Quote exactly and only this range of lines in the data below: the line that holds "#351=SHAPE_DEFINITION_REPRESENTATION(#7,#350);" to the line that holds "first + (i + 1) % n, 1))", both included.

Collected data
****************************************

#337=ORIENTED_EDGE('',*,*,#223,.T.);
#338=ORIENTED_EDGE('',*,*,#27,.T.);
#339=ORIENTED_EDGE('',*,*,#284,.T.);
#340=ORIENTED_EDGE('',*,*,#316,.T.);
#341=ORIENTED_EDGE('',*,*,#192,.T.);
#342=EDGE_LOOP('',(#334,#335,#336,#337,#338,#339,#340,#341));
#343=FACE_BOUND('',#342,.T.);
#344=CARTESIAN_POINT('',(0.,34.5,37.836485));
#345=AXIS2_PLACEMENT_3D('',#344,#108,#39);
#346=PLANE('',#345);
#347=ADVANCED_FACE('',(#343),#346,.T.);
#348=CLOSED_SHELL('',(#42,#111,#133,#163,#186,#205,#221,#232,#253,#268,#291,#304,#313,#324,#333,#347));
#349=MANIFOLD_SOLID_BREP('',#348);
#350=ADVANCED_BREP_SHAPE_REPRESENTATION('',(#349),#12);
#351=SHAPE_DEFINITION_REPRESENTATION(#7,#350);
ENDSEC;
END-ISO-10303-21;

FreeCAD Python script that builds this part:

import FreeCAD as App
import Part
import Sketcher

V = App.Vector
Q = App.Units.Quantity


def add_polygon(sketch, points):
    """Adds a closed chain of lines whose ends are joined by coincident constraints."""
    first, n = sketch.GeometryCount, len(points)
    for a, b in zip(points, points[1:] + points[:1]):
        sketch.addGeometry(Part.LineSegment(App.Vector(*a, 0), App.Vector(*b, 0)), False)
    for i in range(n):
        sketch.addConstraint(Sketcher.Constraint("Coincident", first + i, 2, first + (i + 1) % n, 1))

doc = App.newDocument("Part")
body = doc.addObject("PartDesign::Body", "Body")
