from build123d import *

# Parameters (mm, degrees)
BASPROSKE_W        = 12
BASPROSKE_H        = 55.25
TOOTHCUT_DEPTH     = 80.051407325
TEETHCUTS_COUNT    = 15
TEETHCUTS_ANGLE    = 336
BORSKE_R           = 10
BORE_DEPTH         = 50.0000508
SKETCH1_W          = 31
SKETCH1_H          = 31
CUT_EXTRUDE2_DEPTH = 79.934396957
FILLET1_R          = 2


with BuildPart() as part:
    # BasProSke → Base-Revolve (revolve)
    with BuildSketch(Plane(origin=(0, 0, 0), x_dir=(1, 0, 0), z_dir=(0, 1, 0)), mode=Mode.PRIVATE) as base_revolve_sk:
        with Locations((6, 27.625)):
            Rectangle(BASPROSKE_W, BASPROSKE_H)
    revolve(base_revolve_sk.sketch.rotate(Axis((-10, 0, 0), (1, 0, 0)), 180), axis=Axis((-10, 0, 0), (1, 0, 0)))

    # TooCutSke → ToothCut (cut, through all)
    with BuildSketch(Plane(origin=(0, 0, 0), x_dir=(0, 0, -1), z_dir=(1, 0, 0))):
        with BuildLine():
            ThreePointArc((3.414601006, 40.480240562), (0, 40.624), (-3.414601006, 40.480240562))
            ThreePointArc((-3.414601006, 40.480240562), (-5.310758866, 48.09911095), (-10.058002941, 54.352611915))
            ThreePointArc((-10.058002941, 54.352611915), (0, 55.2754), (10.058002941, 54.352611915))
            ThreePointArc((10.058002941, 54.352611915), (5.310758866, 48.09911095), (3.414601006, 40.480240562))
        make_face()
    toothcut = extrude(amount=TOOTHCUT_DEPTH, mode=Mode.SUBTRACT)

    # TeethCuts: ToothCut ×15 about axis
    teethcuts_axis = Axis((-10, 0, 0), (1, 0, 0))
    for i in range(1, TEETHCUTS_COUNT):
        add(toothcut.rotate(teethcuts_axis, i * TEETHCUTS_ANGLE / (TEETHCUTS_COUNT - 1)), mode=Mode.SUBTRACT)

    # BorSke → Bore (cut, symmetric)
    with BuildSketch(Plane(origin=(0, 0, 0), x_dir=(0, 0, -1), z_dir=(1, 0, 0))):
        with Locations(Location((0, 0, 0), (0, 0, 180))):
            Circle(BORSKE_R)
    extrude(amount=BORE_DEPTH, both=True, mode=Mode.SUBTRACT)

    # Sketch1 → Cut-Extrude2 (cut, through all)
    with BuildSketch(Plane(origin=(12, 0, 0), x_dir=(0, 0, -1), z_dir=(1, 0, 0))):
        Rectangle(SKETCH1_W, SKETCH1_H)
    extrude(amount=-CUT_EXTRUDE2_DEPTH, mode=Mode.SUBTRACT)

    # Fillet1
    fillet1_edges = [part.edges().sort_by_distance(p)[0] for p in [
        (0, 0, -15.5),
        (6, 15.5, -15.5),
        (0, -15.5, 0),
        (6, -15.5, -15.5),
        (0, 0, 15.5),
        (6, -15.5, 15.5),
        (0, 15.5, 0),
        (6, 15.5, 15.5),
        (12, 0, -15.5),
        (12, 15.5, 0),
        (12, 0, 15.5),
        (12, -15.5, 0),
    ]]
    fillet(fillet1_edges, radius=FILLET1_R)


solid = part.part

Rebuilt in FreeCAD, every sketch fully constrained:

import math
import FreeCAD as App
import Part
import Sketcher


def edges_at(feature, points):
    """Names of the edges that pass closest to the given points."""
    edges = feature.Shape.Edges
    near = lambda p: min(range(len(edges)), key=lambda i: edges[i].distToShape(Part.Vertex(*p))[0])
    return sorted({f"Edge{near(p) + 1}" for p in points})

doc = App.newDocument("Part")
body = doc.addObject("PartDesign::Body", "Body")

# Sketch on XZ plane
sketch1 = body.newObject("Sketcher::SketchObject", "Sketch")
sketch1.AttachmentSupport = (doc.getObject("XZ_Plane"), [""])
sketch1.MapMode = "FlatFace"
sketch1.addGeometry(Part.LineSegment(App.Vector(0, -55.25, 0), App.Vector(0, 0, 0)), False)
sketch1.addGeometry(Part.LineSegment(App.Vector(0, 0, 0), App.Vector(12, 0, 0)), False)
sketch1.addGeometry(Part.LineSegment(App.Vector(12, 0, 0), App.Vector(12, -55.25, 0)), False)
sketch1.addGeometry(Part.LineSegment(App.Vector(12, -55.25, 0), App.Vector(0, -55.25, 0)), False)
sketch1.addConstraint(Sketcher.Constraint("Coincident", 0, 2, 1, 1))
sketch1.addConstraint(Sketcher.Constraint("Coincident", 1, 2, 2, 1))
sketch1.addConstraint(Sketcher.Constraint("Coincident", 2, 2, 3, 1))
sketch1.addConstraint(Sketcher.Constraint("Coincident", 3, 2, 0, 1))
sketch1.addConstraint(Sketcher.Constraint("Vertical", 0))
sketch1.addConstraint(Sketcher.Constraint("Horizontal", 1))
sketch1.addConstraint(Sketcher.Constraint("Vertical", 2))
sketch1.addConstraint(Sketcher.Constraint("Horizontal", 3))
sketch1.addConstraint(Sketcher.Constraint("Coincident", 0, 2, -1, 1))
sketch1.addConstraint(Sketcher.Constraint("DistanceX", 1, 1, 1, 2, 12.0))
sketch1.addConstraint(Sketcher.Constraint("DistanceY", 0, 1, 0, 2, 55.25))
revolution = body.newObject("PartDesign::Revolution", "Revolution")
revolution.Profile = sketch1
revolution.ReferenceAxis = (sketch1, ["H_Axis"])
revolution.Angle = 360

# Sketch on YZ plane
sketch2 = body.newObject("Sketcher::SketchObject", "Sketch001")
sketch2.AttachmentSupport = (doc.getObject("YZ_Plane"), [""])
sketch2.MapMode = "FlatFace"
sketch2.addGeometry(Part.ArcOfCircle(Part.Circle(App.Vector(0, 0, 0), App.Vector(0, 0, 1), 40.624), math.radians(-4.821616), math.radians(4.821616)), False)
sketch2.addGeometry(Part.ArcOfCircle(Part.Circle(App.Vector(39.676661, -22.898037, 0), App.Vector(0, 0, 1), 19.5), math.radians(41.182777), math.radians(87.638217)), False)
sketch2.addGeometry(Part.ArcOfCircle(Part.Circle(App.Vector(0, 0, 0), App.Vector(0, 0, 1), 55.2754), math.radians(-10.484041), math.radians(10.484041)), False)
sketch2.addGeometry(Part.ArcOfCircle(Part.Circle(App.Vector(39.676661, 22.898037, 0), App.Vector(0, 0, 1), 19.5), math.radians(-87.638217), math.radians(-41.182777)), False)
sketch2.addConstraint(Sketcher.Constraint("Coincident", 0, 1, 1, 2))
sketch2.addConstraint(Sketcher.Constraint("Coincident", 1, 1, 2, 1))
sketch2.addConstraint(Sketcher.Constraint("Coincident", 2, 2, 3, 2))
sketch2.addConstraint(Sketcher.Constraint("Coincident", 3, 1, 0, 2))
sketch2.addConstraint(Sketcher.Constraint("Coincident", 0, 3, -1, 1))
sketch2.addConstraint(Sketcher.Constraint("Coincident", 2, 3, -1, 1))
sketch2.addConstraint(Sketcher.Constraint("Equal", 1, 3))
sketch2.addConstraint(Sketcher.Constraint("Symmetric", 1, 3, 3, 3, -1))
sketch2.addConstraint(Sketcher.Constraint("Radius", 1, 19.5))
sketch2.addConstraint(Sketcher.Constraint("Radius", 0, 40.624))
sketch2.addConstraint(Sketcher.Constraint("Radius", 2, 55.2754))
sketch2.addConstraint(Sketcher.Constraint("DistanceY", 0, 1, -1, 1, 3.414601))
sketch2.addConstraint(Sketcher.Constraint("DistanceY", 1, 1, 0, 1, 6.643402))
pocket1 = body.newObject("PartDesign::Pocket", "Pocket")
pocket1.Profile = sketch2
pocket1.Type = "ThroughAll"
pocket1.Reversed = True
doc.recompute()

polarpattern = body.newObject("PartDesign::PolarPattern", "PolarPattern")
polarpattern.Originals = [pocket1]
polarpattern.Axis = (doc.getObject("X_Axis"), [""])
polarpattern.Angle = 360
polarpattern.Occurrences = 15
body.Tip = polarpattern

# Sketch on YZ plane
sketch3 = body.newObject("Sketcher::SketchObject", "Sketch002")
sketch3.AttachmentSupport = (doc.getObject("YZ_Plane"), [""])
sketch3.MapMode = "FlatFace"
sketch3.addGeometry(Part.Circle(App.Vector(0, 0, 0), App.Vector(0, 0, 1), 10), False)
sketch3.addConstraint(Sketcher.Constraint("Coincident", 0, 3, -1, 1))
sketch3.addConstraint(Sketcher.Constraint("Diameter", 0, 20.0))
pocket2 = body.newObject("PartDesign::Pocket", "Pocket001")
pocket2.Profile = sketch3
pocket2.Length = 100.000102
pocket2.Midplane = True

# Sketch on YZ plane
sketch4 = body.newObject("Sketcher::SketchObject", "Sketch003")
sketch4.AttachmentSupport = (doc.getObject("YZ_Plane"), [""])
sketch4.MapMode = "FlatFace"
sketch4.AttachmentOffset = App.Placement(App.Vector(0, 0, 12), App.Rotation())
sketch4.addGeometry(Part.LineSegment(App.Vector(15.5, 15.5, 0), App.Vector(-15.5, 15.5, 0)), False)
sketch4.addGeometry(Part.LineSegment(App.Vector(-15.5, 15.5, 0), App.Vector(-15.5, -15.5, 0)), False)
sketch4.addGeometry(Part.LineSegment(App.Vector(-15.5, -15.5, 0), App.Vector(15.5, -15.5, 0)), False)
sketch4.addGeometry(Part.LineSegment(App.Vector(15.5, -15.5, 0), App.Vector(15.5, 15.5, 0)), False)
sketch4.addConstraint(Sketcher.Constraint("Coincident", 0, 2, 1, 1))
sketch4.addConstraint(Sketcher.Constraint("Coincident", 1, 2, 2, 1))
sketch4.addConstraint(Sketcher.Constraint("Coincident", 2, 2, 3, 1))
sketch4.addConstraint(Sketcher.Constraint("Coincident", 3, 2, 0, 1))
sketch4.addConstraint(Sketcher.Constraint("Horizontal", 0))
sketch4.addConstraint(Sketcher.Constraint("Vertical", 1))
sketch4.addConstraint(Sketcher.Constraint("Horizontal", 2))
sketch4.addConstraint(Sketcher.Constraint("Vertical", 3))
sketch4.addConstraint(Sketcher.Constraint("Symmetric", 0, 2, 2, 2, -1, 1))
sketch4.addConstraint(Sketcher.Constraint("Equal", 2, 1))
sketch4.addConstraint(Sketcher.Constraint("DistanceX", 0, 2, 0, 1, 31.0))
pocket3 = body.newObject("PartDesign::Pocket", "Pocket002")
pocket3.Profile = sketch4
pocket3.Type = "ThroughAll"
doc.recompute()

fillet = body.newObject("PartDesign::Fillet", "Fillet")
fillet.Base = (pocket3, edges_at(pocket3, [
    (0, 0, -15.5),
    (6, 15.5, -15.5),
    (0, -15.5, 0),
    (6, -15.5, -15.5),
    (0, 0, 15.5),
    (6, -15.5, 15.5),
    (0, 15.5, 0),
    (6, 15.5, 15.5),
    (12, 0, -15.5),
    (12, 15.5, 0),
    (12, 0, 15.5),
    (12, -15.5, 0),
]))
fillet.Radius = 2

doc.recompute()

****************************************

**Answer for this exercise:**
#351=SHAPE_DEFINITION_REPRESENTATION(#7,#350);
ENDSEC;
END-ISO-10303-21;

FreeCAD Python script that builds this part:

import FreeCAD as App
import Part
import Sketcher

V = App.Vector
Q = App.Units.Quantity


def add_polygon(sketch, points):
    """Adds a closed chain of lines whose ends are joined by coincident constraints."""
    first, n = sketch.GeometryCount, len(points)
    for a, b in zip(points, points[1:] + points[:1]):
        sketch.addGeometry(Part.LineSegment(App.Vector(*a, 0), App.Vector(*b, 0)), False)
    for i in range(n):
        sketch.addConstraint(Sketcher.Constraint("Coincident", first + i, 2, first + (i + 1) % n, 1))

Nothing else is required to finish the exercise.